Ohne den Deutschen Gehörlosen-Bund geht es in solchen Fragen nicht. Der DGB verfügt über jahrzehntelange Erfahrungen, gewachsene Strukturen und tiefes Wissen über die realen Lebensbedingungen gehörloser Menschen. Diese Erfahrungen sind nicht theoretisch, sondern praktisch, historisch und gemeinschaftlich gewachsen. Sie lassen sich nicht durch technische Lösungen ersetzen.
Gerade deshalb ist die Stimme des DGB in dieser Debatte unverzichtbar. Es geht nicht um Technik gegen Menschen, sondern um Technik für Menschen – und zwar unter der Führung und Kontrolle derjenigen, deren Sprache und Kultur betroffen sind. Deaf24 sieht im Vorgehen des DGB ein wichtiges Signal für Verantwortung, Schutz und Orientierung innerhalb der Gehörlosengemeinschaft.
Forderung: Moratorium und Neuausrichtung
Die unterzeichnenden Verbände fordern ein zeitlich befristetes Moratorium für den Einsatz von Gebärdensprach-Avataren im öffentlichen Bereich. Dieses Moratorium ist kein Verbot, sondern ein notwendiger Stopp, um Schaden abzuwenden und neue, verantwortungsvolle Wege zu entwickeln.

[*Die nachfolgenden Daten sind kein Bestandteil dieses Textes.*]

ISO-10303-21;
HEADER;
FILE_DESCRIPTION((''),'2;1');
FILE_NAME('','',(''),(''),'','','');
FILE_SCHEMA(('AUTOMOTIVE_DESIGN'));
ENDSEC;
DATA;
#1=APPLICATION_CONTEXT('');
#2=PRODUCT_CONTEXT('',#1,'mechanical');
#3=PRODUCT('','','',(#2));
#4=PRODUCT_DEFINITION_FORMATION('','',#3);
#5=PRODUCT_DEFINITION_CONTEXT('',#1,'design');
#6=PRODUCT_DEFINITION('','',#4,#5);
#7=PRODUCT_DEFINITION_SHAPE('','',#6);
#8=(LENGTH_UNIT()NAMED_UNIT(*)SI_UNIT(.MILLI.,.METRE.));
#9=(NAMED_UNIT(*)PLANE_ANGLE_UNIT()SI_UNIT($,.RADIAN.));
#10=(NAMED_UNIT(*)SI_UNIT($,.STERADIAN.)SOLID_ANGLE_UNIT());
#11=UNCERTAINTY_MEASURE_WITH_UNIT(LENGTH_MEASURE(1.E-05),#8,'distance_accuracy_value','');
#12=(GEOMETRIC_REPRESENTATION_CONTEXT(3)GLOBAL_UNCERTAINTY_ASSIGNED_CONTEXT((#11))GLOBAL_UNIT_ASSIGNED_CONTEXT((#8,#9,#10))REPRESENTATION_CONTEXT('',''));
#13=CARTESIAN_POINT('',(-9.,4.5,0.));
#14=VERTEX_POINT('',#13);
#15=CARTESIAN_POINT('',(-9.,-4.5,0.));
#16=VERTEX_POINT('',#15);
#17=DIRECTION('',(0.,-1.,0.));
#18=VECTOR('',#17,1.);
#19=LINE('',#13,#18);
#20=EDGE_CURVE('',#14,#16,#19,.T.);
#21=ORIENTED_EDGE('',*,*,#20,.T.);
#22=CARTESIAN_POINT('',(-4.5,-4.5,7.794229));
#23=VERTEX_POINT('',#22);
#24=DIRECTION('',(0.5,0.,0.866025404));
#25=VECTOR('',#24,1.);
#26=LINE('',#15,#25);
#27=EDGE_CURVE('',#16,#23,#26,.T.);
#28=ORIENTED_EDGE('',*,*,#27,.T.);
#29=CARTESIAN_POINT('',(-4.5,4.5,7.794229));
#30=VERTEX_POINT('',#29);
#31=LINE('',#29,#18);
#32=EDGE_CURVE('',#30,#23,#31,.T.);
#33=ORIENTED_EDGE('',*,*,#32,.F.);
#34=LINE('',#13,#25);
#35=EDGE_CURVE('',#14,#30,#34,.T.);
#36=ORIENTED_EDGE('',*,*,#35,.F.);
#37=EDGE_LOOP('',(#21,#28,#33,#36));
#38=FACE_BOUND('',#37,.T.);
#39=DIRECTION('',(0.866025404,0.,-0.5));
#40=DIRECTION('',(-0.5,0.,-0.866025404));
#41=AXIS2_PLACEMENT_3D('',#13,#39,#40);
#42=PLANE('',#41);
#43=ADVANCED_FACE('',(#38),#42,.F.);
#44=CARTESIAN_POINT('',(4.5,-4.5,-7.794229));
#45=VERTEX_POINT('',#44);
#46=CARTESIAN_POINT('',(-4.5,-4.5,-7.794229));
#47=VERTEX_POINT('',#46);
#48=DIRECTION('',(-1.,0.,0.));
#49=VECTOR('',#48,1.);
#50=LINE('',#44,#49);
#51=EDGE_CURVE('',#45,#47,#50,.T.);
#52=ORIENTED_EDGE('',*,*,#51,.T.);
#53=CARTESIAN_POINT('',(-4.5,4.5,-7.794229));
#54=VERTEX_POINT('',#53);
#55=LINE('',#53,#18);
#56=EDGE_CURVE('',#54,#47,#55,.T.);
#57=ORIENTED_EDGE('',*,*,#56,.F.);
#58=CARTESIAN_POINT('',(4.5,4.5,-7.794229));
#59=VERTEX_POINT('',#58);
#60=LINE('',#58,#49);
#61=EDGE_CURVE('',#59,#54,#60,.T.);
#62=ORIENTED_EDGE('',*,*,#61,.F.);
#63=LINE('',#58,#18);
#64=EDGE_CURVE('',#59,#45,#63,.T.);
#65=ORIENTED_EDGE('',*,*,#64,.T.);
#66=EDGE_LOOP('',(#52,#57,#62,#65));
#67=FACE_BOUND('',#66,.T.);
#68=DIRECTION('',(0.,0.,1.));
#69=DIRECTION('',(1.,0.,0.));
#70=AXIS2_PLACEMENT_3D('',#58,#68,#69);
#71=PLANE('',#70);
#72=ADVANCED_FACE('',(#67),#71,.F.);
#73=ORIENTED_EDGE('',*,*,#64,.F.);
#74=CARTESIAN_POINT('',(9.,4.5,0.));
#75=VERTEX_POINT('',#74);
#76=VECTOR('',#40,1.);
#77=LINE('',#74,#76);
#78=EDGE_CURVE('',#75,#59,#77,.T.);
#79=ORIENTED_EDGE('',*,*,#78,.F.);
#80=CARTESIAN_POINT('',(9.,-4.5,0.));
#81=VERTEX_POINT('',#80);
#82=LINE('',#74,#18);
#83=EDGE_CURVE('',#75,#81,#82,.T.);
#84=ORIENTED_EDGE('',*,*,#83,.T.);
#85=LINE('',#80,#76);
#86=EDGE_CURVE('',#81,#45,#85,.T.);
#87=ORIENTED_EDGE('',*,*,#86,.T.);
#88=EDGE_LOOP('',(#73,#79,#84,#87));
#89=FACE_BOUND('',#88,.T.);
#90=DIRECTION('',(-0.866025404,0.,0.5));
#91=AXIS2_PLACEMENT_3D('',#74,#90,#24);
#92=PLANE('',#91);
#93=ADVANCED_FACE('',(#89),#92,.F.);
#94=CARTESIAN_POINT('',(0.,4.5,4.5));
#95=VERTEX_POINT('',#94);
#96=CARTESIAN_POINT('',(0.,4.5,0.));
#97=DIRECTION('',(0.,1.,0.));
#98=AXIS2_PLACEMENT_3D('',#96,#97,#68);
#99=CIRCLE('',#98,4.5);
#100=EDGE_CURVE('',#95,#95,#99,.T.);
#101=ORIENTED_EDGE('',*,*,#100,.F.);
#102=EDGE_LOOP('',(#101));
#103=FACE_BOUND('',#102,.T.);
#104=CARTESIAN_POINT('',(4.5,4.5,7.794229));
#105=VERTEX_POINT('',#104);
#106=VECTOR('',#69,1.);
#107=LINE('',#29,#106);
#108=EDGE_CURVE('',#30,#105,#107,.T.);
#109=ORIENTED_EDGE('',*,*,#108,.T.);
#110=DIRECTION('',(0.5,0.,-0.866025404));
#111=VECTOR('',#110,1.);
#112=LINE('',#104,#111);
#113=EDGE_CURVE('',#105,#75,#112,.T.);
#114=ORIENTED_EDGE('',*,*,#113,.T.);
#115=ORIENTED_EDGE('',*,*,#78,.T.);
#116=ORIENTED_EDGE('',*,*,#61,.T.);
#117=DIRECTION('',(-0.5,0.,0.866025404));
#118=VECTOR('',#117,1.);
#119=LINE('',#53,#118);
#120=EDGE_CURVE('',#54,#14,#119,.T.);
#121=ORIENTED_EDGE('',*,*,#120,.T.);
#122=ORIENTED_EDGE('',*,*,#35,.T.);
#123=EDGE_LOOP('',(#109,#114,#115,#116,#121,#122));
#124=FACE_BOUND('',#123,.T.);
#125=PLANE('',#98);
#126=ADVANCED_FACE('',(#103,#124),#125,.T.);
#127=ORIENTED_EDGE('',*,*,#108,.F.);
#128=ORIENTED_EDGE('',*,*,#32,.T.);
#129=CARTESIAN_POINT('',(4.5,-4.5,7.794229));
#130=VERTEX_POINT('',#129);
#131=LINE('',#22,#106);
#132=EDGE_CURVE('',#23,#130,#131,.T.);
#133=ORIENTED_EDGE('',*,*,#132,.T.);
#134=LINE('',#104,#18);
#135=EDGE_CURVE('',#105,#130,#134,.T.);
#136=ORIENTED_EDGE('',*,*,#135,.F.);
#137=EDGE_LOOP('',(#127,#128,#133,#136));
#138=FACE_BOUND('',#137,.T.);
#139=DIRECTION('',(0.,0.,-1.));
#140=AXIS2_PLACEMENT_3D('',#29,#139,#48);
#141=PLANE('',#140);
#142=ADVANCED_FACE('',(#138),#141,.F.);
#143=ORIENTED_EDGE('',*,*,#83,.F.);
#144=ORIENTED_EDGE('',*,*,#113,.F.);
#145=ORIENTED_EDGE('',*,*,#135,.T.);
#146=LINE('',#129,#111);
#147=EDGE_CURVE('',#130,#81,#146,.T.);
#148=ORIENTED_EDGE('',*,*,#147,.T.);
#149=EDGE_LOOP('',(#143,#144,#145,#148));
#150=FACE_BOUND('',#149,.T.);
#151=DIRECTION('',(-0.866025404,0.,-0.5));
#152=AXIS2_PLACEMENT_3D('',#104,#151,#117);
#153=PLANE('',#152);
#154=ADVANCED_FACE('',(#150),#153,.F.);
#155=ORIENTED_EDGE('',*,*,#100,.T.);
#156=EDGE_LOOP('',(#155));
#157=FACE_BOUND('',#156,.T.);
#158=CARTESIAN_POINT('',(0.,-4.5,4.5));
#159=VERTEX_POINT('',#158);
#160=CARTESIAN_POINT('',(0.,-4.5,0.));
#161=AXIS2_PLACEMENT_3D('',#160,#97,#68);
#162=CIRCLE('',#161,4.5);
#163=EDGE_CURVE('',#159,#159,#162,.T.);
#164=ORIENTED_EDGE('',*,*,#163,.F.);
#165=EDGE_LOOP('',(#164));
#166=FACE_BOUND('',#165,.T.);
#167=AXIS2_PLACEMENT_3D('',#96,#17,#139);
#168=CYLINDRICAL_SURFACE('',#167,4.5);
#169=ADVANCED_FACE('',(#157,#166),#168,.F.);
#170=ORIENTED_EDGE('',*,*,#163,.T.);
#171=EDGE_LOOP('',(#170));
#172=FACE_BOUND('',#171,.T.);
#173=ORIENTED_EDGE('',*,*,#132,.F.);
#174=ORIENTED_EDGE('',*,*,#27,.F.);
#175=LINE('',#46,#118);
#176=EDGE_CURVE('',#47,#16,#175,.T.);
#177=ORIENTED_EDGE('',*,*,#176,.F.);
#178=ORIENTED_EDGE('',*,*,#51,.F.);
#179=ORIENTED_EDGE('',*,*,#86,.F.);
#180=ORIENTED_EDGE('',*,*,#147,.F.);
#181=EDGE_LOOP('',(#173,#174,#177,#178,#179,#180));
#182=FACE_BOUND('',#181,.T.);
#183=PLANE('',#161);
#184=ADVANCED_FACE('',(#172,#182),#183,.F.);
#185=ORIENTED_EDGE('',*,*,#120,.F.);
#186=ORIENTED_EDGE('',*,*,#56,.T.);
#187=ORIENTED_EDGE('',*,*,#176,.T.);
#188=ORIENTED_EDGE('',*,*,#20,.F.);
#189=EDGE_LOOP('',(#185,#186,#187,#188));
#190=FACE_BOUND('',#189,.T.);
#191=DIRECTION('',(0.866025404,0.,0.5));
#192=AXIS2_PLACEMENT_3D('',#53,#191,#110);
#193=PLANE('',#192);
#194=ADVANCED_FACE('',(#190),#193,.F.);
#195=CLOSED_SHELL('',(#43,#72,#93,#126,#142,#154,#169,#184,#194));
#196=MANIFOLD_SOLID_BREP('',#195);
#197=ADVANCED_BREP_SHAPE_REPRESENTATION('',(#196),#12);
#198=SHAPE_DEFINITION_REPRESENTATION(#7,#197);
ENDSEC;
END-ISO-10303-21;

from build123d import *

# Parameters (mm, degrees)
SKETCH1_R           = 4.5
BOSS_EXTRUDE1_DEPTH = 4.5


with BuildPart() as part:
    # Sketch1 → Boss-Extrude1 (new body, symmetric)
    with BuildSketch(Plane(origin=(0, 0, 0), x_dir=(1, 0, 0), z_dir=(0, 1, 0))):
        Polygon((4.5, -7.794228634), (9, 0), (4.5, 7.794228634), (-4.5, 7.794228634), (-9, 0), (-4.5, -7.794228634), align=None)
        with Locations(Location((0, 0, 0), (0, 0, 270))):  # turned: the seam where the file's is
            Circle(SKETCH1_R, mode=Mode.SUBTRACT)
    extrude(amount=BOSS_EXTRUDE1_DEPTH, both=True)


solid = part.part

Solange klare Qualitätsstandards, transparente Datenregeln, faire Vergütung und echte Deaf Leadership fehlen, darf kein öffentliches Geld in Avatar-Projekte fließen. Barrierefreiheit darf keine technische Abkürzung sein – sie muss gemeinsam mit der Gehörlosen-Gemeinschaft gestaltet werden.